Antibiotic resistance has been a major concern for S. aureus and especially for MRSA. The increase of community-acquired MRSA (CA-MRSA) has gained special attention (26, 27). An increasing prevalence of MRSA in healthy carriers amounting up to 26% in the nasopharynx of a population is reported (28). The carriage rate of MRSA among dental students was found to be 21% in one US study (29), while lower frequencies were reported for dentists and dental hygienists (4.2 and 1.5% respectively) in another (23). The prevalence of MRSA in the oral cavity is less known although MRSA has been found in oral swab or rinse specimens in some reports (22). No MRSA were detected among our controls. It is known that the prevalence of MRSA among health care workers in Sweden as well as in Thailand is higher than in the general population (20, 30, 31). The prevalence of CA-MRSA is increasing and outbreaks of MRSA infections happen intermittently (32). The HIV-positives have been considered to be a risk group for an increasing prevalence of MRSA and opportunistic infection if the HIV status should worsen (33). Only two of the 62 S. aureus isolates from oral infections investigated in this study and only one isolate from a HIV-positive Thai subject were found to be MRSA. Although the MRSA frequency seems to be very low in the oral cavity of patients in the dental clinic, the frequency may increase in the future and dentists should be aware that multiresistant bacteria might appear among dental patients, both in oral infections and in healthy carriers.

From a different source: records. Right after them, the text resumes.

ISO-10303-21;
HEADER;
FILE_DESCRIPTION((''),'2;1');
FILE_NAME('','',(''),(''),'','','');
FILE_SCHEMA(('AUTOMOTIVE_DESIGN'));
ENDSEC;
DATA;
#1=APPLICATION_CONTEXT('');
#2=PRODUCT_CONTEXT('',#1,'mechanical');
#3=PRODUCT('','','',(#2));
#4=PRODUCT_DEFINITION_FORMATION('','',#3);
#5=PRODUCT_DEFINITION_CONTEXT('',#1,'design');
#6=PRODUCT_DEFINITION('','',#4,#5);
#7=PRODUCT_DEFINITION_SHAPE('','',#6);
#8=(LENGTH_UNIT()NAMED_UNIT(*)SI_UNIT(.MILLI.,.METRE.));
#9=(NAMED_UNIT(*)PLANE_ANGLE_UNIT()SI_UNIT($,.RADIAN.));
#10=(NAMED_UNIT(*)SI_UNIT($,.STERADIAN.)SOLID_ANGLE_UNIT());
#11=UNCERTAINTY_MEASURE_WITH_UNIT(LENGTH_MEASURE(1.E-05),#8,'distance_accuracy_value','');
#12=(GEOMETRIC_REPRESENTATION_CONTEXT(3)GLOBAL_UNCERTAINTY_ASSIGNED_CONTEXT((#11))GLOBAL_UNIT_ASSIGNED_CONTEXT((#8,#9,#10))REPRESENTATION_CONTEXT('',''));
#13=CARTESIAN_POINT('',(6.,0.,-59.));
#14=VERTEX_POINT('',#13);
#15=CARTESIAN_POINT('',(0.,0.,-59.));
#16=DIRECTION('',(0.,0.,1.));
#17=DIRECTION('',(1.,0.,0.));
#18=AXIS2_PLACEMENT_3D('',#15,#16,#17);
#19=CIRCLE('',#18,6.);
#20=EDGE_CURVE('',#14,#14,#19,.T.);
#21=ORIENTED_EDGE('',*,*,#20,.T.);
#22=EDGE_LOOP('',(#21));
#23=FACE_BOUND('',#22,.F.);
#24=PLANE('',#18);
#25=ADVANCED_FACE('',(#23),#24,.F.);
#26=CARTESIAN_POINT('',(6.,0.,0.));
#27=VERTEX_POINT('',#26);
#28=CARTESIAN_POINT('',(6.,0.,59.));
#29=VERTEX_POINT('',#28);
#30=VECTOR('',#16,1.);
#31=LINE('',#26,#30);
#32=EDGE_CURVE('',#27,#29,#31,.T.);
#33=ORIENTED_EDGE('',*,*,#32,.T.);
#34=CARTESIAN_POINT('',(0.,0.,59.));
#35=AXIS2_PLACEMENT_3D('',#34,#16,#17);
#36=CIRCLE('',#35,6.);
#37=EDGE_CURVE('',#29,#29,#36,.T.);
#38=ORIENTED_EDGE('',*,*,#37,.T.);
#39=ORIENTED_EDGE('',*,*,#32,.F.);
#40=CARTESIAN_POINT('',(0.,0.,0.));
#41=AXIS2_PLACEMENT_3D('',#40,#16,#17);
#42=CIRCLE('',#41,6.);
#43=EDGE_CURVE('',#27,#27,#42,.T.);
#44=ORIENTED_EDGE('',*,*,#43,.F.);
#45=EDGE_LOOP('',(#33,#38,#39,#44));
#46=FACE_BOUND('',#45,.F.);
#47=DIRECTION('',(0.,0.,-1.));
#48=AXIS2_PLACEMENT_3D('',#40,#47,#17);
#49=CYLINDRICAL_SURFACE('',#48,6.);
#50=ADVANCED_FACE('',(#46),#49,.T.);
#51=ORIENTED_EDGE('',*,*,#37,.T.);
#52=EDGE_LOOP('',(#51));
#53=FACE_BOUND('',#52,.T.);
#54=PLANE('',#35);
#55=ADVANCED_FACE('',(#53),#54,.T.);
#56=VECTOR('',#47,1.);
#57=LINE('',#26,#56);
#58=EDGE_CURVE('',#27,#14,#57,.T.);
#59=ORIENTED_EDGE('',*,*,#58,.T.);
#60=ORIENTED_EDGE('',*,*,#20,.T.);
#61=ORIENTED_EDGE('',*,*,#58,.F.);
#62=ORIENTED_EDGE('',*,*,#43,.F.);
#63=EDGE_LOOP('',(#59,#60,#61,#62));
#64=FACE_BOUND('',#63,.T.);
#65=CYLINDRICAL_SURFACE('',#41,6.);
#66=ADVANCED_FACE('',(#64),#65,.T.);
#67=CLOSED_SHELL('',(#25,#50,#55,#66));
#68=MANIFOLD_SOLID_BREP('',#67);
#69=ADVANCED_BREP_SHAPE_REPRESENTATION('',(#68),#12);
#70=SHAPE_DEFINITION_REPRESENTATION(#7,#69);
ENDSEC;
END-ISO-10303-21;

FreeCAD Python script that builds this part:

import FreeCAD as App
import Part
import Sketcher

doc = App.newDocument("Part")
body = doc.addObject("PartDesign::Body", "Body")

# Sketch on XY plane
sketch1 = doc.addObject("Sketcher::SketchObject", "Sketch")
body.addObject(sketch1)
sketch1.AttachmentSupport = (doc.XY_Plane, [""])
sketch1.MapMode = "FlatFace"
sketch1.addGeometry(Part.Circle(App.Vector(0, 0, 0), App.Vector(0, 0, 1), 6), False)
sketch1.addConstraint([
    Sketcher.Constraint("Coincident", 0, 3, -1, 1),
    Sketcher.Constraint("Diameter", 0, 12.0),
])
pad1 = doc.addObject("PartDesign::Pad", "Pad")
body.addObject(pad1)
pad1.Profile = sketch1
pad1.Length = 118
pad1.Midplane = True

doc.recompute()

An important finding in this study was the significantly higher rate of clindamycin resistant strains isolated from oral infections and from the tongue of HIV-positive subjects compared to the control isolates (34). This is of deep concern since clindamycin is widely used in dentistry and many clinics have substituted common penicillins (oxacillin and methicillin) with clindamycin in the treatment of deep and of mucosal oral infections (35). Clindamycin is prescribed in case of allergy to beta-lactams but also generally due to the opinion that clindamycin reaches a higher concentration and efficiency in bone infections. Notably, seven of the 11 clindamycin resistant strains in this study came from deep infections and from patients under antibiotic treatment. Unfortunately, we had no information on the antibiotics used for this group of patients.

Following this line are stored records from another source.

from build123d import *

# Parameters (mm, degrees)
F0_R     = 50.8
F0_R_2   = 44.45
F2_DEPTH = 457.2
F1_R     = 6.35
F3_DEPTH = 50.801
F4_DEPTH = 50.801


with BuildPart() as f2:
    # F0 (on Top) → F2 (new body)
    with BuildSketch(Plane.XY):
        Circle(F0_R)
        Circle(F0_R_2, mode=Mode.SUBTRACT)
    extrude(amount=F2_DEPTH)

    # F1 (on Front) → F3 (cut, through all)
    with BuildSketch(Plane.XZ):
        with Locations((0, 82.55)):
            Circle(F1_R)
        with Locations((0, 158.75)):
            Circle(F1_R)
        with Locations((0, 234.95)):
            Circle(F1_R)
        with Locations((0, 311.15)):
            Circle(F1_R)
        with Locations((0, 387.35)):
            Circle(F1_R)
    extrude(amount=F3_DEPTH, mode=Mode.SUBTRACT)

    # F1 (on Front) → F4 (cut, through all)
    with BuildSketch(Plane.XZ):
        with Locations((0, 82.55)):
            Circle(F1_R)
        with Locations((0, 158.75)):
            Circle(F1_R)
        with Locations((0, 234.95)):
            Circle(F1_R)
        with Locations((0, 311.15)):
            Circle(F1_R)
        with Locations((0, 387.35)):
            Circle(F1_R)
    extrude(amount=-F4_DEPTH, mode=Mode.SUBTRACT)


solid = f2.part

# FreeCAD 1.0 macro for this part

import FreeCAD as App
import Part
import Sketcher
from FreeCAD import Vector
Q = App.Units.Quantity

doc = App.newDocument("Part")
body = doc.addObject("PartDesign::Body", "Body")

# Sketch on XY plane
sketch1 = body.newObject("Sketcher::SketchObject", "Sketch")
sketch1.AttachmentSupport = (doc.getObject("XY_Plane"), [""])
sketch1.MapMode = "FlatFace"
sketch1.addGeometry([
    Part.Circle(Vector(0, 0, 0), Vector(0, 0, 1), 50.8),
    Part.Circle(Vector(0, 0, 0), Vector(0, 0, 1), 44.45),
], False)
sketch1.addConstraint([
    Sketcher.Constraint("Coincident", 0, 3, -1, 1),
    Sketcher.Constraint("Coincident", 1, 3, -1, 1),
    Sketcher.Constraint("Diameter", 0, Q("4 in")),
    Sketcher.Constraint("Diameter", 1, Q("3.5 in")),
])
pad1 = body.newObject("PartDesign::Pad", "Pad")
pad1.Profile = sketch1
pad1.Length = Q("18 in")

# Sketch on XZ plane
sketch2 = body.newObject("Sketcher::SketchObject", "Sketch001")
sketch2.AttachmentSupport = (doc.getObject("XZ_Plane"), [""])
sketch2.MapMode = "FlatFace"
sketch2.addGeometry([
    Part.Circle(Vector(0, 82.55, 0), Vector(0, 0, 1), 6.35),  # 0
    Part.Circle(Vector(0, 158.75, 0), Vector(0, 0, 1), 6.35),  # 1
    Part.Circle(Vector(0, 234.95, 0), Vector(0, 0, 1), 6.35),  # 2
    Part.Circle(Vector(0, 311.15, 0), Vector(0, 0, 1), 6.35),  # 3
    Part.Circle(Vector(0, 387.35, 0), Vector(0, 0, 1), 6.35),  # 4
], False)
sketch2.addConstraint([
    Sketcher.Constraint("Equal", 0, 1),
    Sketcher.Constraint("Equal", 1, 2),
    Sketcher.Constraint("Equal", 2, 3),
    Sketcher.Constraint("Equal", 3, 4),
    Sketcher.Constraint("PointOnObject", 0, 3, -2),
    Sketcher.Constraint("PointOnObject", 1, 3, -2),
    Sketcher.Constraint("PointOnObject", 2, 3, -2),
    Sketcher.Constraint("PointOnObject", 3, 3, -2),
    Sketcher.Constraint("PointOnObject", 4, 3, -2),
    Sketcher.Constraint("Diameter", 0, Q("0.5 in")),
    Sketcher.Constraint("DistanceY", 0, 3, 1, 3, Q("3 in")),
    Sketcher.Constraint("DistanceY", 1, 3, 2, 3, Q("3 in")),
    Sketcher.Constraint("DistanceY", 2, 3, 3, 3, Q("3 in")),
    Sketcher.Constraint("DistanceY", 3, 3, 4, 3, Q("3 in")),
    Sketcher.Constraint("DistanceY", -1, 1, 0, 3, Q("3.25 in")),
])
pocket1 = body.newObject("PartDesign::Pocket", "Pocket")
pocket1.Profile = sketch2
pocket1.Type = "ThroughAll"
pocket1.Reversed = True

# Sketch on XZ plane
sketch3 = body.newObject("Sketcher::SketchObject", "Sketch002")
sketch3.AttachmentSupport = (doc.getObject("XZ_Plane"), [""])
sketch3.MapMode = "FlatFace"
sketch3.addGeometry([
    Part.Circle(Vector(0, 82.55, 0), Vector(0, 0, 1), 6.35),  # 0
    Part.Circle(Vector(0, 158.75, 0), Vector(0, 0, 1), 6.35),  # 1
    Part.Circle(Vector(0, 234.95, 0), Vector(0, 0, 1), 6.35),  # 2
    Part.Circle(Vector(0, 311.15, 0), Vector(0, 0, 1), 6.35),  # 3
    Part.Circle(Vector(0, 387.35, 0), Vector(0, 0, 1), 6.35),  # 4
], False)
sketch3.addConstraint([
    Sketcher.Constraint("Equal", 0, 1),
    Sketcher.Constraint("Equal", 1, 2),
    Sketcher.Constraint("Equal", 2, 3),
    Sketcher.Constraint("Equal", 3, 4),
    Sketcher.Constraint("PointOnObject", 0, 3, -2),
    Sketcher.Constraint("PointOnObject", 1, 3, -2),
    Sketcher.Constraint("PointOnObject", 2, 3, -2),
    Sketcher.Constraint("PointOnObject", 3, 3, -2),
    Sketcher.Constraint("PointOnObject", 4, 3, -2),
    Sketcher.Constraint("Diameter", 0, Q("0.5 in")),
    Sketcher.Constraint("DistanceY", 0, 3, 1, 3, Q("3 in")),
    Sketcher.Constraint("DistanceY", 1, 3, 2, 3, Q("3 in")),
    Sketcher.Constraint("DistanceY", 2, 3, 3, 3, Q("3 in")),
    Sketcher.Constraint("DistanceY", 3, 3, 4, 3, Q("3 in")),
    Sketcher.Constraint("DistanceY", -1, 1, 0, 3, Q("3.25 in")),
])
pocket2 = body.newObject("PartDesign::Pocket", "Pocket001")
pocket2.Profile = sketch3
pocket2.Type = "ThroughAll"

doc.recompute()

This study shows that S. aureus occur in high numbers in oral mucosal deep infections and should be considered as a source of systemic infection such as septicemia. This study was based on clinical samples coming to our laboratory for microbiological analyses and we have limited knowledge about the infections, the treatment strategy, and outcome of the infections. Dentists, in general, do not have a tradition of taking microbiological samples for diagnosis and for antibiotic susceptibility testing (22, 36). The clinical relevance and conclusion of this study is that the clinicians (oral surgeons, doctors in oral medicine, and dentists in general) should be more aware of the increasing problem with opportunistic S. aureus infections. They should consider the risk of spread of these microorganisms in the dental setting, and microbiological samples should be taken in all suspected opportunistic infections for diagnosis and for evaluation of antibiotic susceptibility if antibiotics are to be prescribed.